Ich wollte nie Teiche, und jetzt will ich sie nicht mehr missen...

Anbei noch das Detailfoto vom vorderen Mini und eines vom zweiten Mini im hinteren Gartenbereich. Der ist viel kleiner, liegt komplett unter einem __ Ahorn und beherbergt neben Tonnen von Hornkraut einige Krebsscheren, aber auch __ Molche und __ Frösche und Libellenlarven und Millionen von __ Schnecken. 
Wer findet die 3 Frösche?

VG

Sonja


----------



## pema (4. Juni 2016)

Waterlily schrieb:


> Wichtig ist mir, dass das komplette System inkl. Tiere sich dauerhaft wohlfühlt und nicht irgendwann kippt.


Hallo Sonja,
ein Gewässer 'kippt' äußerst selten, denn das heißt, dass jegliches Leben im Teich stirbt. Selbst Bakterien. Meist geschieht so etwas durch äußere Einflüsse, wie z.B. durch giftige industrielle Abwässer.
Wenn du Wert auf bestimmte Pflanzen legst (Z.B. die Seerose), musst du ihr Platz schaffen. Ansonsten kann es natürlich sein, dass sie untergeht.
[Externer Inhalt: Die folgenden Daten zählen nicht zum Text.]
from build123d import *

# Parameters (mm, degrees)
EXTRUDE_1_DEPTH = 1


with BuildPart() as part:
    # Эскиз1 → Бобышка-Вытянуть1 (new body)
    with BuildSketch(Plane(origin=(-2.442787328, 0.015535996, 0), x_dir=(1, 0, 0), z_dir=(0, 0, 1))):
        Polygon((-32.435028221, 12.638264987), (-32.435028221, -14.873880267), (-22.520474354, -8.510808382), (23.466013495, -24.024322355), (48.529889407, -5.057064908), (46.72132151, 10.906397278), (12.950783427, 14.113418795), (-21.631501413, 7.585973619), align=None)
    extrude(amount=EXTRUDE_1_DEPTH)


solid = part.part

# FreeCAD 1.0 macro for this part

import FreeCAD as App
import Part
import Sketcher

V = App.Vector
Q = App.Units.Quantity


def add_polygon(sketch, points):
    """Adds a closed chain of lines whose ends are joined by coincident constraints."""
    first, n = sketch.GeometryCount, len(points)
    for a, b in zip(points, points[1:] + points[:1]):
        sketch.addGeometry(Part.LineSegment(App.Vector(*a, 0), App.Vector(*b, 0)), False)
    for i in range(n):
        sketch.addConstraint(Sketcher.Constraint("Coincident", first + i, 2, first + (i + 1) % n, 1))

doc = App.newDocument("Part")
body = doc.addObject("PartDesign::Body", "Body")

sketch1 = body.newObject("Sketcher::SketchObject", "Sketch")
sketch1.AttachmentSupport = (doc.getObject("XY_Plane"), [""])
sketch1.MapMode = "FlatFace"
add_polygon(sketch1, [(-35, 13), (-35, -15), (-25, -8), (21, -24), (46, -5), (44, 11), (11, 14), (-24, 8)])
sketch1.addConstraint(Sketcher.Constraint("Vertical", 0))
sketch1.addConstraint(Sketcher.Constraint("DistanceY", -1, 1, 7, 2, Q("12.653801 mm")))
sketch1.addConstraint(Sketcher.Constraint("DistanceY", 0, 2, 5, 2, Q("28.987299 mm")))
sketch1.addConstraint(Sketcher.Constraint("Distance", 7, Q("11.926518 mm")))
sketch1.addConstraint(Sketcher.Constraint("DistanceY", 0, 2, 0, 1, Q("27.512145 mm")))
sketch1.addConstraint(Sketcher.Constraint("DistanceX", 1, 2, -1, 1, Q("24.963262 mm")))
sketch1.addConstraint(Sketcher.Constraint("DistanceY", 3, 2, -1, 1, Q("5.041529 mm")))
sketch1.addConstraint(Sketcher.Constraint("DistanceX", 6, 2, -1, 1, Q("24.074289 mm")))
sketch1.addConstraint(Sketcher.Constraint("DistanceY", -1, 1, 6, 2, Q("7.60151 mm")))
sketch1.addConstraint(Sketcher.Constraint("DistanceY", 0, 2, 1, 2, Q("6.363072 mm")))
sketch1.addConstraint(Sketcher.Constraint("DistanceX", 0, 2, 2, 2, Q("55.901042 mm")))
sketch1.addConstraint(Sketcher.Constraint("DistanceX", 2, 2, 4, 2, Q("23.255308 mm")))
sketch1.addConstraint(Sketcher.Constraint("DistanceY", 2, 2, 4, 2, Q("34.93072 mm")))
sketch1.addConstraint(Sketcher.Constraint("DistanceX", 5, 2, 4, 2, Q("33.770538 mm")))
sketch1.addConstraint(Sketcher.Constraint("DistanceY", 4, 2, 5, 2, Q("3.207022 mm")))
sketch1.addConstraint(Sketcher.Constraint("Distance", 3, Q("31.431747 mm")))
pad1 = body.newObject("PartDesign::Pad", "Pad")
pad1.Profile = sketch1
pad1.Length = 1

doc.recompute()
Wichtig ist einfach nur, auf die im Teich lebenden Tiere Rücksicht zu nehmen. Nicht gerade dann alles rausreißen, wenn z.B. die __ Molche ihre Eier an die Pflanzen kleben und ansonsten alles gut durchschauen was man rausholt....damit kann man Stunden verbringen und findet so manches Interessante.
petra


----------



## Waterlily (5. Juni 2016)

Dann kann ich ja beruhigt das Teichlein in Ruhe lassen bis zum Herbst. Wenn die __ Molche ausgezogen sind werde ich mal vorsichtig nachschauen, was sich so alles in den Tiefen der Schale findet und einiges von den Pflanzen - vor allem __ Hornkraut - entfernen. 

Danke für eure Ratschläge!

Sonja


----------